Aku dan ibu tak menyangka, dalam suasana gembira memperoleh barang-barang bekas yang bisa dijual kembali itu, datang seseorang.
“Hei, kalian dua anak dan ibu ini membait lingkungan menjadi kotor. Bak sampah ini selaku tertutup agar tidak menebarkan bau. Eh, tiba-tiba kalian buka dan mencari barang-barang bekas di sini. Ayo pergi! Bawa semua sampah yang sudah kalian pilih, anjing,” hardik laki-laki berbadan besar berkumis tebal itu dengan wajah menakutkan aku dan ibu.
Begitu takutnya kami, akhirnya dengan terseok-seok, aku mencoba menarik karung berisi tembaga dan aluminum tersebut. Sedangkan ibu membawa karung berisi botol dan cup plastik bekas air mineral. Aku dan ibu bergegas meninggalkan tempat itu.
Ah, hidup sebagai orang susah memang memyakitkan. Untuk bertahan hidup saja dihardik dan dicaci maki seseorang. Padahal apa yang dilakukan Sartono dan ibunya itu sesuatu yang halal dan tidak mengganggu harta orang lain. Ya Allah…
Aku dan ibu pergi dari tempat itu. Sembari menelusuri jalan kompleks, mataku mencari sasaran ke barang-barang bekas di pinggiran jalan.
Ibu yang sejak diusir laki-laki besar berkumis tebal tadi, menujukkan suasana sedih. Bisa jadi di sepanjang hidupnya, ibu belum pernah diperlakukan seperti itu. Makanya ia sedih dan wajahnya tampak murung. Kasihan sekali ibuku.
Untunglah, sebelum kami mencari barang-barang bekas di bak dan timbunan sampah di kompleks orang-orang kaya, aku sengaja membawa skateboard ayah yang sudah lama tidak digunakannya untuk berolahraga, sehingga bisa membantu menarik beban berat barang bekas yang kami cari tanpa menguras banyak tenaga.
Di sepanjang pencarian botol plastik bekas dan wadah air minun mineral itu, ibu tampak tak bersemangat. Ia lebih banyak melamun sembari mengusung beban barang bekas yang diperoleh tadi.
Biasanya mulut ibu begitu garing berbicara. Ia selalu memberi semangat dan mendorong tekadku untuk bangkit setelah ayah di-PHK. Tampaknya ibu benar-benar terpukul setelah dihardik dan dicaci maki orang tadi.

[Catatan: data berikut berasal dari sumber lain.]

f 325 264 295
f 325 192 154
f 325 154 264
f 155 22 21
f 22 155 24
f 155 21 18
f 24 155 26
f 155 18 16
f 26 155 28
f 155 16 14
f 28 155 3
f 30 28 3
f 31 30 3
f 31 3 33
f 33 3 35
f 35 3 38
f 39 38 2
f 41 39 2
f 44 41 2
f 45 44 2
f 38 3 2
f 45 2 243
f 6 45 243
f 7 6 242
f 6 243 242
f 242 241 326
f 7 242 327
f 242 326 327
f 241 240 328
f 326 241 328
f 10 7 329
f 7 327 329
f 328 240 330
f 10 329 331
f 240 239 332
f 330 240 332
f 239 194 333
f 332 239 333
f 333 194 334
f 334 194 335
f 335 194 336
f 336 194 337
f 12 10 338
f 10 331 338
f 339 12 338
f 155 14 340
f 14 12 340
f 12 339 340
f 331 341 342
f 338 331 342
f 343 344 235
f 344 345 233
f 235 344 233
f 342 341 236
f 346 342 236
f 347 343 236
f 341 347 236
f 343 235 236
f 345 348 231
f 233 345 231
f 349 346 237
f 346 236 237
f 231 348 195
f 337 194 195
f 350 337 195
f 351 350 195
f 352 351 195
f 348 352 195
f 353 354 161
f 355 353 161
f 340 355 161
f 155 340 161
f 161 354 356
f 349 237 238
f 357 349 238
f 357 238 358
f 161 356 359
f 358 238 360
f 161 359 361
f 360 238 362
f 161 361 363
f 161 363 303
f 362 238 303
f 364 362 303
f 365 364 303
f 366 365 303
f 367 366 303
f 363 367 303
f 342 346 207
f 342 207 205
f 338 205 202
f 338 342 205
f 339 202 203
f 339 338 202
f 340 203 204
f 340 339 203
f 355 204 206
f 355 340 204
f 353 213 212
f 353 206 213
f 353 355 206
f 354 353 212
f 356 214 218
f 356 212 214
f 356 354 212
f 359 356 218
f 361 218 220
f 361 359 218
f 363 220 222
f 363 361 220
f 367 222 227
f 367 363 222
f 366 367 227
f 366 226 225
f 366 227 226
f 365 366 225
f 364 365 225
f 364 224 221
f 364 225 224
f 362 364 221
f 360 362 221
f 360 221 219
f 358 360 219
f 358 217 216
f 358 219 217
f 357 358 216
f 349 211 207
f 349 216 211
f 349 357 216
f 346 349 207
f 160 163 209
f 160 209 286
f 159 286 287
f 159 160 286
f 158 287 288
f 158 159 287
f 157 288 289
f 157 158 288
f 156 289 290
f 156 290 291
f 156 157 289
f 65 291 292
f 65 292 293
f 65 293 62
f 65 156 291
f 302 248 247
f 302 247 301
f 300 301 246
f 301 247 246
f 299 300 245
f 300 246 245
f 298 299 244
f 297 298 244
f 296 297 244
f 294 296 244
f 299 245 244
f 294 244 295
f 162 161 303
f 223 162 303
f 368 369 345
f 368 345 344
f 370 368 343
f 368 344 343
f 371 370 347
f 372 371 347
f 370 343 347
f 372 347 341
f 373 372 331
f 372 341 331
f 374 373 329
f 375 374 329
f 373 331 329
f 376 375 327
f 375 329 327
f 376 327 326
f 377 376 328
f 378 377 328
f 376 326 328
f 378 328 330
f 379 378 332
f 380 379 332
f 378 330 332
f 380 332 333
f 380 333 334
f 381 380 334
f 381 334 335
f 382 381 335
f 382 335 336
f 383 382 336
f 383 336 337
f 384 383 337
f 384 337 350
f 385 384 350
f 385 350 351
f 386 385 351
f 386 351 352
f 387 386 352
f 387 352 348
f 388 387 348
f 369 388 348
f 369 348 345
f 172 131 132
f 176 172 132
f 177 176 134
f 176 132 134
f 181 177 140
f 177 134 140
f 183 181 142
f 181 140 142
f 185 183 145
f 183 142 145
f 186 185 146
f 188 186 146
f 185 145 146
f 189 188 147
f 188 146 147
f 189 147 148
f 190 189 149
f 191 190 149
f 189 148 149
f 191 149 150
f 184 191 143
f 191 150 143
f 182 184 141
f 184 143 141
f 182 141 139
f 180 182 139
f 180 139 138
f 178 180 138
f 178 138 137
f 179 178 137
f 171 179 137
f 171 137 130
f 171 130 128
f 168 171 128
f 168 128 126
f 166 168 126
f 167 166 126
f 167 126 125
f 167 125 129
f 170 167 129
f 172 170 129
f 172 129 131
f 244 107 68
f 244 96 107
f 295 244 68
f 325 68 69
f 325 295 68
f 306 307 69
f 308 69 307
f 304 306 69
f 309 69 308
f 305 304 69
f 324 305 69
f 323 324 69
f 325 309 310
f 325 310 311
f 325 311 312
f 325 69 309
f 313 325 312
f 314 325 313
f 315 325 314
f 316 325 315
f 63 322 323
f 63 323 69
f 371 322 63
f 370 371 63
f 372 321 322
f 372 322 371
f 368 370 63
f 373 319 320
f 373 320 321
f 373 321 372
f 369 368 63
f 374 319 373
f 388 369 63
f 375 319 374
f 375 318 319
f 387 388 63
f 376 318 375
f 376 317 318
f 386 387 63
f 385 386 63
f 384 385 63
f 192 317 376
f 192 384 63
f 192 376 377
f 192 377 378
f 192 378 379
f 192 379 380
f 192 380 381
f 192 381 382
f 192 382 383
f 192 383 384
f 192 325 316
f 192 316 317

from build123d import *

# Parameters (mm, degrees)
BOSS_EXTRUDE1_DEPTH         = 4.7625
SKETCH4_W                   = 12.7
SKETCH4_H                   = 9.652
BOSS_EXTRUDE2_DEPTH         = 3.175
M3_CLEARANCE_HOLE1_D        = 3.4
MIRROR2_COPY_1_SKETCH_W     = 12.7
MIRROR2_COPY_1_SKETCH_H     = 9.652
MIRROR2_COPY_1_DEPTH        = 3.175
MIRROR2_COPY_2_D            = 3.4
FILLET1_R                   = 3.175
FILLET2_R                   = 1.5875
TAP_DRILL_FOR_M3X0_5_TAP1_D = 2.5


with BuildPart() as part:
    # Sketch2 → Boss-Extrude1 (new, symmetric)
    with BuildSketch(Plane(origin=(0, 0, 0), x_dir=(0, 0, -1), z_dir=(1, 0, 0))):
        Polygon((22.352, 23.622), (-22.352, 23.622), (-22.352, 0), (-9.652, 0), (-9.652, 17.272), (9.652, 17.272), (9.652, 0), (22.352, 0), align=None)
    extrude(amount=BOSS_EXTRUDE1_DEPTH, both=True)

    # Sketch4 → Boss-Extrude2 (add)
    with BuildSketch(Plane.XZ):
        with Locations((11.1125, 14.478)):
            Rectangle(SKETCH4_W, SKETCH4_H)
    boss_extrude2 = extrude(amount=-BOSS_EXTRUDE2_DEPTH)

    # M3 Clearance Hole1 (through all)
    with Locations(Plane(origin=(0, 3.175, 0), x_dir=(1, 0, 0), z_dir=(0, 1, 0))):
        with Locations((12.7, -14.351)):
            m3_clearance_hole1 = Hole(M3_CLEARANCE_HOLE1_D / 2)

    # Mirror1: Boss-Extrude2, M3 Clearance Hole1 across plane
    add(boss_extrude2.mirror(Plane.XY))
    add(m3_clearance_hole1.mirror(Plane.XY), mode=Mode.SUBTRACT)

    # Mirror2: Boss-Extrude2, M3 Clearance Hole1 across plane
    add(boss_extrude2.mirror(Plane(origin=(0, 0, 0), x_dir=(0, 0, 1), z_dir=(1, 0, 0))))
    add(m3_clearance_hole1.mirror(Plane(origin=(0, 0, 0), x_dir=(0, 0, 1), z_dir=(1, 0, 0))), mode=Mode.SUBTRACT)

Ibu merasa terhina diperlakukan orang tersebut. “Ibu tidak gembira kita memperoleh banyak barang bekas ini, Bu?” tanyaku memecah kebekuan.
“Senang, nak. Ibu senang sekali. Namun ucapan orang tadi begitu merendahkan kita. Mentang-mentang dia orang kaya, seenaknya saja menghardik dan mencaci-maki kita,” ujar ibu dengan suara bergetar.
Aku baru memahami persoalan ibu. Perasaan beliau terpukul saat dihardik, dicaci dan diusir dari bak sampah kompleks orang-orang kaya tersebut.
“Tak apa bu. Cobaan hidup yang kita alami ini memang berat. Tapi Allah sangat menyayangi kita. Karena seperti dikatakan guru mengajiku, Ustadz Sirodjuddin As-Sumeqqi, semakin disayang Allah SWT, maka kita akan terus dibebani cobaan yang berat, Bu,” kataku.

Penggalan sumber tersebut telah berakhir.